Dans un pays dont le sous-sol contient plus de 70 % des réserves mondiales de cobalt, des quantités colossales de lithium, de tantale et de coltan, la question de la maîtrise de ces ressources n’est pas académique. Elle est existentielle. Et ce lundi 13 avril, le gouvernement congolais a posé un acte qui pourrait bien remodeler durablement les rapports de force entre la RDC et les grandes puissances qui se disputent ses minerais.
Le gouvernement a adopté un décret instituant une réserve nationale des substances minérales stratégiques. Un séisme économique pour la RDC selon les observateurs, qui y voient un changement de paradigme dans la gestion des ressources naturelles du pays.
L’idée est la suivante : l’État congolais se dote d’un stock stratégique de minerais critiques qu’il peut activer ou conserver selon ses intérêts propres, à l’image de ce que font d’autres nations avec leurs réserves pétrolières ou leurs stocks d’or.
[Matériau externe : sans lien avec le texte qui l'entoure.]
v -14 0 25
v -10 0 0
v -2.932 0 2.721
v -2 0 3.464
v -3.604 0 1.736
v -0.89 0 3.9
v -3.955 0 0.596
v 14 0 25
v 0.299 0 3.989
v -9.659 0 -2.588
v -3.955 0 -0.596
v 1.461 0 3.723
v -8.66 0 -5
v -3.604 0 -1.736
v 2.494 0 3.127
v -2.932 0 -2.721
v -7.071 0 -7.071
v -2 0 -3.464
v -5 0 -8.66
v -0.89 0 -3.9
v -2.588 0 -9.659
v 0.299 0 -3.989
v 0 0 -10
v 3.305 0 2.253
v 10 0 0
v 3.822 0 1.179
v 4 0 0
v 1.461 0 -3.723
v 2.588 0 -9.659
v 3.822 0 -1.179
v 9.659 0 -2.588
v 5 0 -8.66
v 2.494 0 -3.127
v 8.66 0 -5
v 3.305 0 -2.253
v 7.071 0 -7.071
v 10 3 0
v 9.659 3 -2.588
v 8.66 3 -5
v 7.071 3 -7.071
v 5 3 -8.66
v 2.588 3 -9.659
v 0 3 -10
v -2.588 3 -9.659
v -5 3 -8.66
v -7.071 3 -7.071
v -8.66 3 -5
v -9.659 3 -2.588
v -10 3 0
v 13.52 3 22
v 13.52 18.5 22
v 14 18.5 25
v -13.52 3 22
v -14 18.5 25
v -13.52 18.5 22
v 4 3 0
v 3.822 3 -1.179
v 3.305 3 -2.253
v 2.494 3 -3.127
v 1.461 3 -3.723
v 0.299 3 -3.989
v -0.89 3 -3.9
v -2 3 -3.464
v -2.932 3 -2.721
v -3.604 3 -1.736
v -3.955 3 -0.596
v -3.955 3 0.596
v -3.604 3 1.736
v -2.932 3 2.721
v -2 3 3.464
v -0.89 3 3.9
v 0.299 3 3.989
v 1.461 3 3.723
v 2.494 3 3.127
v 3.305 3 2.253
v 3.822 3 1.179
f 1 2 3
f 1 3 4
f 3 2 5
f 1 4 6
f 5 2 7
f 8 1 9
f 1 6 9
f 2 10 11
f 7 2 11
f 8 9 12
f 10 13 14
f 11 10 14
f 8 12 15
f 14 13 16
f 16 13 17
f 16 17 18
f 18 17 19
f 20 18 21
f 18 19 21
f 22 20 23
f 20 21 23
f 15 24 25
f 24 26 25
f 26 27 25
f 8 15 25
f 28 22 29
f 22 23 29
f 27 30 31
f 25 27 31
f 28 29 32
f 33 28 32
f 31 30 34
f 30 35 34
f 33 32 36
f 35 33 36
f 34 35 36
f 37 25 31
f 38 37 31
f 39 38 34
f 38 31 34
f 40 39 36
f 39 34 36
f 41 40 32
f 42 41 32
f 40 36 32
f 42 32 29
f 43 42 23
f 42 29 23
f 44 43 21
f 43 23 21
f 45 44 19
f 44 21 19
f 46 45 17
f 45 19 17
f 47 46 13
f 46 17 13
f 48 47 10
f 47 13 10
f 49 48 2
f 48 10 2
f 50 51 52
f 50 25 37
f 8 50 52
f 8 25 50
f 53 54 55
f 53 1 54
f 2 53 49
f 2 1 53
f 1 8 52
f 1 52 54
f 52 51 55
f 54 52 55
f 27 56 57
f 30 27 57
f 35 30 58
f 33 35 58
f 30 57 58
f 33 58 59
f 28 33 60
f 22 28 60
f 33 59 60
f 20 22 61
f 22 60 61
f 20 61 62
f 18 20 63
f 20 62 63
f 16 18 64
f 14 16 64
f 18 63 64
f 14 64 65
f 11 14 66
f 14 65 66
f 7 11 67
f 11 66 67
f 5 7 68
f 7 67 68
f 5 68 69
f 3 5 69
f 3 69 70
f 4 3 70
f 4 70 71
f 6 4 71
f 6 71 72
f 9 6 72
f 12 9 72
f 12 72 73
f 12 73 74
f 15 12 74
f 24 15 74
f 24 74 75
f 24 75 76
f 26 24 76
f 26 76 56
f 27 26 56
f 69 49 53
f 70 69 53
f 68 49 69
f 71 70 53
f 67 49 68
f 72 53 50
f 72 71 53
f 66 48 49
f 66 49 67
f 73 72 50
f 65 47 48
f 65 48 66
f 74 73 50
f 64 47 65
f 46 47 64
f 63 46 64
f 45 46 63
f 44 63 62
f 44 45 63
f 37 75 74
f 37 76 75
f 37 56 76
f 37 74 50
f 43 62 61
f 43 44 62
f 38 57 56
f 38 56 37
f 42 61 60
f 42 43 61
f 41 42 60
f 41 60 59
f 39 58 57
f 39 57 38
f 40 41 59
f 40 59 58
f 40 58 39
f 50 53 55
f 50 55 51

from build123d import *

# Parameters (mm, degrees)
BOSS_EXTRUDE1_DEPTH = 3
SKETCH2_R           = 4
CUT_EXTRUDE1_DEPTH  = 13
BOSS_EXTRUDE2_DEPTH = 15.5


with BuildPart() as part:
    # Sketch1 → Boss-Extrude1 (new body)
    with BuildSketch(Plane(origin=(0, 0, 0), x_dir=(1, 0, 0), z_dir=(0, 1, 0))):
        with BuildLine():
            Line((-10, 0), (-14, -25))
            Line((-14, -25), (14, -25))
            Line((14, -25), (10, 0))
            ThreePointArc((10, 0), (0, 10), (-10, 0))
        make_face()
    extrude(amount=BOSS_EXTRUDE1_DEPTH)

    # Sketch2 → Cut-Extrude1 (cut)
    with BuildSketch(Plane(origin=(0, 3, 0), x_dir=(1, 0, 0), z_dir=(0, 1, 0))):
        Circle(SKETCH2_R)
    extrude(amount=-CUT_EXTRUDE1_DEPTH, mode=Mode.SUBTRACT)

    # Sketch5 → Boss-Extrude2 (add)
    with BuildSketch(Plane(origin=(0, 3, 0), x_dir=(1, 0, 0), z_dir=(0, 1, 0))):
        Polygon((-13.52, -22), (13.52, -22), (14, -25), (-14, -25), align=None)
    extrude(amount=BOSS_EXTRUDE2_DEPTH)


solid = part.part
Cette décision s’inscrit dans un contexte géopolitique précis : les États-Unis cherchent à sécuriser leurs approvisionnements en minerais critiques pour la transition énergétique et la défense nationale, et ont engagé des négociations directes avec Kinshasa à cet effet.
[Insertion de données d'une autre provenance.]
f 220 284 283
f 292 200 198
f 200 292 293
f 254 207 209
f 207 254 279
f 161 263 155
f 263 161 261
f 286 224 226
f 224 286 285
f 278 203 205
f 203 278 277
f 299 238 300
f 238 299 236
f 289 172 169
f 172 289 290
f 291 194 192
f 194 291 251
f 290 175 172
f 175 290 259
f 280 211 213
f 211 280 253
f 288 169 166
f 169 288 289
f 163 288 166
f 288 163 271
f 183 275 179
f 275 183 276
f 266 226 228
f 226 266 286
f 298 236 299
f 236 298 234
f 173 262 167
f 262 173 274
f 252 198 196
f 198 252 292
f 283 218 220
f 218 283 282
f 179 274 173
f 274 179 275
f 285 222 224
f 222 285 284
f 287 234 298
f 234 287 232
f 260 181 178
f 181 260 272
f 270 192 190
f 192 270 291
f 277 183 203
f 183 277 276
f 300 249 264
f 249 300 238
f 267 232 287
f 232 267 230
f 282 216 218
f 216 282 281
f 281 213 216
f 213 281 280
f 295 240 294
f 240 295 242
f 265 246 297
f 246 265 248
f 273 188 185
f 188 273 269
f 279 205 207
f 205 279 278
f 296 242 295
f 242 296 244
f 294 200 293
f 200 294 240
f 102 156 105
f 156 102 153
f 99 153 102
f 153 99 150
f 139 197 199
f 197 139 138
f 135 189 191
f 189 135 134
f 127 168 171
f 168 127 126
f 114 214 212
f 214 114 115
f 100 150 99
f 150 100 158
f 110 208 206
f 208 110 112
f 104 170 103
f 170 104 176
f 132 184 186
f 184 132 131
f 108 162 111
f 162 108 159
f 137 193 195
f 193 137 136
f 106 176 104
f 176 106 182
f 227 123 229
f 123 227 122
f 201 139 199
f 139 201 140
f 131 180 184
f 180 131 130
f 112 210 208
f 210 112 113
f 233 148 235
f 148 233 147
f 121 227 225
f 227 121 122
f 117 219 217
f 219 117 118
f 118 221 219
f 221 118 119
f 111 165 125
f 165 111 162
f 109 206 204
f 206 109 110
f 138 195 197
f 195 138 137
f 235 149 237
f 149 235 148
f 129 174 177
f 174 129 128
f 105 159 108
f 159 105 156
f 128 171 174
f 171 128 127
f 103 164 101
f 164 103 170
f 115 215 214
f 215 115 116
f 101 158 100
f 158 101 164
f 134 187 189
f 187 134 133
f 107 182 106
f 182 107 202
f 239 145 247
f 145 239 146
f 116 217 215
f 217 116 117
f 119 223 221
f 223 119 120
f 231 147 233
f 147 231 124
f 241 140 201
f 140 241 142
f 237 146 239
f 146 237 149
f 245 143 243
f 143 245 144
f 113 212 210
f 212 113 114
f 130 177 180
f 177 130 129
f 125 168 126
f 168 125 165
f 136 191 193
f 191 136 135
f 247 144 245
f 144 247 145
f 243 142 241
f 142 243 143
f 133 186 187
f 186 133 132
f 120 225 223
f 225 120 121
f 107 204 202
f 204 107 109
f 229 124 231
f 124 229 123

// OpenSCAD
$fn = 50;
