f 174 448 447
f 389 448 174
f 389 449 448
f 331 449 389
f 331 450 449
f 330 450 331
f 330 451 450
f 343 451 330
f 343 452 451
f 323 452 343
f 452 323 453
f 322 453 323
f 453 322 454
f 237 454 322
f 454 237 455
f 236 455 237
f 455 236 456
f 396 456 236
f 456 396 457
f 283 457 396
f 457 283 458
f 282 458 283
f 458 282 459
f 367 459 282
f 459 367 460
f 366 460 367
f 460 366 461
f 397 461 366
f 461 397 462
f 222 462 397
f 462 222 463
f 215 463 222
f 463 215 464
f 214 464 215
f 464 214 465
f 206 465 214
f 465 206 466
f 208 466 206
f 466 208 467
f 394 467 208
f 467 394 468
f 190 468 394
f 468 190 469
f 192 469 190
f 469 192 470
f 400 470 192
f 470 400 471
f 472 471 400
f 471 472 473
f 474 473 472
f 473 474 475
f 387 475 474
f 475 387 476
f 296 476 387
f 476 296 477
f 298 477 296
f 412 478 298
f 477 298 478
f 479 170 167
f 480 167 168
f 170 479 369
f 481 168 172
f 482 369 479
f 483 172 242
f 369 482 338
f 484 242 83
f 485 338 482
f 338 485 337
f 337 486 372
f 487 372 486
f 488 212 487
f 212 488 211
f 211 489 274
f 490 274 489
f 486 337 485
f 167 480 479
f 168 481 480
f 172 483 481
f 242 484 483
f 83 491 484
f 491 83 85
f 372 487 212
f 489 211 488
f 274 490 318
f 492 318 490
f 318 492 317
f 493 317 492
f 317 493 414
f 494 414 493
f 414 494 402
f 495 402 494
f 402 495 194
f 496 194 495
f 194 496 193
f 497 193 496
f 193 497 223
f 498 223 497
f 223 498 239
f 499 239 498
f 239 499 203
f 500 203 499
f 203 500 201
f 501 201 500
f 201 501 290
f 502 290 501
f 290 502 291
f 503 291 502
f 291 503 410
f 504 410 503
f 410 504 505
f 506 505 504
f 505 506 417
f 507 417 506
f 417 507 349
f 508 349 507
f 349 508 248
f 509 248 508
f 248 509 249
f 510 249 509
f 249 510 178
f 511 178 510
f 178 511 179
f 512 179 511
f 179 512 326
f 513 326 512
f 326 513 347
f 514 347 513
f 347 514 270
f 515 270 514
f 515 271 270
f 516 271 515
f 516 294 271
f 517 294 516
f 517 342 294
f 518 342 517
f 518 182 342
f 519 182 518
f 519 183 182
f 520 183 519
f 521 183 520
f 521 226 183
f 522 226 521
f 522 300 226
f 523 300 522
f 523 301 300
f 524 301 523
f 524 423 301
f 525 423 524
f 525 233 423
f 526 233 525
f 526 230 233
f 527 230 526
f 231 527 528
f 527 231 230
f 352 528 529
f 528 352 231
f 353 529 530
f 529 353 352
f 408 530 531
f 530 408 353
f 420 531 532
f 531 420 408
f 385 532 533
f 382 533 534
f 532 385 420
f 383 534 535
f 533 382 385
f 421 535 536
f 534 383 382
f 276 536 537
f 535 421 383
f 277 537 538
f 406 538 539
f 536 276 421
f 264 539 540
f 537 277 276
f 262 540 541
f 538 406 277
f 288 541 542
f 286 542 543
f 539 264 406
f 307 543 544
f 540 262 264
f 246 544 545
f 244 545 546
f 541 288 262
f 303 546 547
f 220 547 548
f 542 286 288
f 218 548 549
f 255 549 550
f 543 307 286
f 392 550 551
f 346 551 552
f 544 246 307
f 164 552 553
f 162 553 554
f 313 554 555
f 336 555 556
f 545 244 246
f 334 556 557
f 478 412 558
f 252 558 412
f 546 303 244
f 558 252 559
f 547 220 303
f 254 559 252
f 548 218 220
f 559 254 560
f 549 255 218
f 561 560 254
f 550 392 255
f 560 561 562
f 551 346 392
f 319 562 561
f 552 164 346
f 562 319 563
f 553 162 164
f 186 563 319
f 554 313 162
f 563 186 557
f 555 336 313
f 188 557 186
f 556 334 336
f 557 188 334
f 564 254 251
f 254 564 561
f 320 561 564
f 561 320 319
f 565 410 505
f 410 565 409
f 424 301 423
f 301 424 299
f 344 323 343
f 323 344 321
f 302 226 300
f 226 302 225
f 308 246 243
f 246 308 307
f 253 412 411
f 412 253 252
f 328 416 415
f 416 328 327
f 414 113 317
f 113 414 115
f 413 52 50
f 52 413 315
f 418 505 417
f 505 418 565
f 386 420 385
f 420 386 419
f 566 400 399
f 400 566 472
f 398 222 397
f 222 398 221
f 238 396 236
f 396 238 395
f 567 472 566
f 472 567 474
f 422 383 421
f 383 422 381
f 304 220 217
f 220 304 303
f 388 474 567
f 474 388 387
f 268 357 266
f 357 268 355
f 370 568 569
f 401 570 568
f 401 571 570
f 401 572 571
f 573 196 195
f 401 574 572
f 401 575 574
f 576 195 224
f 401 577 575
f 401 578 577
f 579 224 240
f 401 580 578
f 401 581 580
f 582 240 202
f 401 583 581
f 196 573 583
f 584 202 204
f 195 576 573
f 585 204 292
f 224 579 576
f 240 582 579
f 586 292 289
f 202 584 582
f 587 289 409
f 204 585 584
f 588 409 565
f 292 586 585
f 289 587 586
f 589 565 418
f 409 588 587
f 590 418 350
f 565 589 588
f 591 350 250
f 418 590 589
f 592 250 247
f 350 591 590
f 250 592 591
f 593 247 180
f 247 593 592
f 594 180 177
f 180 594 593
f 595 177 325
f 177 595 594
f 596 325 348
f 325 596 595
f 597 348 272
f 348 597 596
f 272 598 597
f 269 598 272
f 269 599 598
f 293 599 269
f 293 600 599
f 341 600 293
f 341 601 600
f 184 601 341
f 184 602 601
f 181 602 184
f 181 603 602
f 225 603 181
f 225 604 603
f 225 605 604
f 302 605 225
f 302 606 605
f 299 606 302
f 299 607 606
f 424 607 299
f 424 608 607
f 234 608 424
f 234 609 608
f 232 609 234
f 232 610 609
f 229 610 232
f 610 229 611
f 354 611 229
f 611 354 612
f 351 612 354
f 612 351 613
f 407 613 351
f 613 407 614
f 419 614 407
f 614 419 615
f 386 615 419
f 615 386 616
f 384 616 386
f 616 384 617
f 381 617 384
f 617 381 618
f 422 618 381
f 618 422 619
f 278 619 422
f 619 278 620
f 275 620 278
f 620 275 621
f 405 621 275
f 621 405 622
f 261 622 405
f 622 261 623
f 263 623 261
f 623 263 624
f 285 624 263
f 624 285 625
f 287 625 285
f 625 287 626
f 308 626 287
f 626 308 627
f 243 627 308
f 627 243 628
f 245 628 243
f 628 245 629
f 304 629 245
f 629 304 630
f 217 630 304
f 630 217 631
La diplomatie transactionnelle et l’exploitation des ressources : le cas de la politique américaine en RDC est désormais un sujet de premier plan dans les cercles diplomatiques de Kinshasa. Washington veut le cobalt congolais. Kinshasa le sait, et commence à négocier avec une conscience nouvelle de sa valeur.
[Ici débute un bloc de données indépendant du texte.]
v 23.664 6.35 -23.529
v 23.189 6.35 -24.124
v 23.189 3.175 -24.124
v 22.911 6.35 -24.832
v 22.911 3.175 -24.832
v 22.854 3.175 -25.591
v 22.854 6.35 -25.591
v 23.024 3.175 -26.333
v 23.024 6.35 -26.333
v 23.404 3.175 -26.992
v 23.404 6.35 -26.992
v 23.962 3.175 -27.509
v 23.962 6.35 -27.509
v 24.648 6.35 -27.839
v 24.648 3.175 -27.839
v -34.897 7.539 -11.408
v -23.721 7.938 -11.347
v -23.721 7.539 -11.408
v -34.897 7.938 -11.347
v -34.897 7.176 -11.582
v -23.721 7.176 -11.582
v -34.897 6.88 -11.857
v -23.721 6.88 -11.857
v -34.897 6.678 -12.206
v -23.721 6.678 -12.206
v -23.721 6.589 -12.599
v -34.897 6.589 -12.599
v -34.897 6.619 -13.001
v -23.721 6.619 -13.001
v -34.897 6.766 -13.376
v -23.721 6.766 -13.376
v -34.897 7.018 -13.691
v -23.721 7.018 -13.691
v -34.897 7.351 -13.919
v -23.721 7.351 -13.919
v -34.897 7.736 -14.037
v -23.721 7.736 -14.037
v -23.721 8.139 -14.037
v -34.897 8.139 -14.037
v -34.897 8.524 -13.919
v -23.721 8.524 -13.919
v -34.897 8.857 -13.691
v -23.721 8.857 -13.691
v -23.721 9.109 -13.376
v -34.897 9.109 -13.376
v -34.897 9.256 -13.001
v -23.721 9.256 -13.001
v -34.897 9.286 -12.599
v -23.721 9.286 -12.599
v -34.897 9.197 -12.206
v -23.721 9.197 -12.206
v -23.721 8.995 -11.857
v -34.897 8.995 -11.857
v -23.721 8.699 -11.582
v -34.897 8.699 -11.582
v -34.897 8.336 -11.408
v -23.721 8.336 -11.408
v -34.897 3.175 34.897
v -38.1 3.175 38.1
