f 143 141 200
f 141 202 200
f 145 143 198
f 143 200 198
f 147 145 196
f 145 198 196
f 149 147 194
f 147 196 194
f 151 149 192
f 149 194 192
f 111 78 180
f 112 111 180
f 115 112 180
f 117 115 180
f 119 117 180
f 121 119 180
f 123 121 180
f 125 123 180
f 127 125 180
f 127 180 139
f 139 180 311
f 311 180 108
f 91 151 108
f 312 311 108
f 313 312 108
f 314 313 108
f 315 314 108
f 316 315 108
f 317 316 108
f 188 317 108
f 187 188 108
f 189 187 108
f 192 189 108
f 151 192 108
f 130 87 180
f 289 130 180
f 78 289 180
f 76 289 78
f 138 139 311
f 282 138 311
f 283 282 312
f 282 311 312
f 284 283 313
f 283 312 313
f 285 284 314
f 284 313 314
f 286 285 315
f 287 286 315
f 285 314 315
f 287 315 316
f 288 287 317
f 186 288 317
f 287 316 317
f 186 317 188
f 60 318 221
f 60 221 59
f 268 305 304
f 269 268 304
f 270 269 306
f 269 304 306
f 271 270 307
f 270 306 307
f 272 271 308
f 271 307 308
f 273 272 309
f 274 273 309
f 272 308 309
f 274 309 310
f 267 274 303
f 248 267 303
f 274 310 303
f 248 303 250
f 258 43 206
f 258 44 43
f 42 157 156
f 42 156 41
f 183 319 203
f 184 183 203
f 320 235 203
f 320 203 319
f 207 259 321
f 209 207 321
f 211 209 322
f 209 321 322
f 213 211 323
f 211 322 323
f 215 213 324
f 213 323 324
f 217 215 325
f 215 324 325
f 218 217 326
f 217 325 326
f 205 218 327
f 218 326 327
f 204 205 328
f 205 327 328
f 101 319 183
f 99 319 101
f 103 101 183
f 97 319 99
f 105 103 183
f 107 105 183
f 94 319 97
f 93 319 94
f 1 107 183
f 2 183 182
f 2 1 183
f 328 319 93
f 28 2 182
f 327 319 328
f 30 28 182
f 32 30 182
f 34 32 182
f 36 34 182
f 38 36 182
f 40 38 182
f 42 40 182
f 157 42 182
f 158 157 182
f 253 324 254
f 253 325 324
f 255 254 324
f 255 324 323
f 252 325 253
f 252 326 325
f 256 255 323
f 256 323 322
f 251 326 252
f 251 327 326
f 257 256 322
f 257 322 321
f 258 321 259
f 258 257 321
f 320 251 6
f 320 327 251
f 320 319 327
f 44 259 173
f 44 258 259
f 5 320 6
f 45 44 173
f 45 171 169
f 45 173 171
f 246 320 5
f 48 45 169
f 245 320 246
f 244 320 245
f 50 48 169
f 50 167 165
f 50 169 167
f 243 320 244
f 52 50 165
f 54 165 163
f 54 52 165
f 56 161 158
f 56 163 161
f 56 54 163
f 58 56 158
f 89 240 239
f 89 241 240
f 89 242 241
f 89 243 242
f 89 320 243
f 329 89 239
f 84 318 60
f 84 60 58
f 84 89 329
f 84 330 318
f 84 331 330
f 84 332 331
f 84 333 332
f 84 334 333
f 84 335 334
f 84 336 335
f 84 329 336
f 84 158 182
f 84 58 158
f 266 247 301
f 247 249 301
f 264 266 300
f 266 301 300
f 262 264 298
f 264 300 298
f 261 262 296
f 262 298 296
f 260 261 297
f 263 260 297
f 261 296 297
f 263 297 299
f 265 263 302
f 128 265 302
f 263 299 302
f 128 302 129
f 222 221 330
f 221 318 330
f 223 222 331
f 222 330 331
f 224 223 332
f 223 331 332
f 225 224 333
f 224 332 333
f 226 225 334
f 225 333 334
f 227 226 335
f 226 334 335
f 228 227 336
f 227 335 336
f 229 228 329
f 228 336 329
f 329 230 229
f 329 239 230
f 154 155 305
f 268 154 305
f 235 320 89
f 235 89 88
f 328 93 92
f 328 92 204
Ce décret est une déclaration de souveraineté économique. Mais les avertissements des économistes sont clairs : une telle politique n’a de sens que si elle s’accompagne d’une capacité institutionnelle à gérer cette réserve avec rigueur et transparence. Sinon, elle risque de devenir une nouvelle source d’enrichissement pour quelques-uns, au détriment du plus grand nombre. Le sous-sol congolais a trop longtemps enrichi d’autres que les Congolais. Ce décret est peut-être un premier pas pour corriger cette injustice séculaire. Encore faut-il qu’il soit suivi d’actes.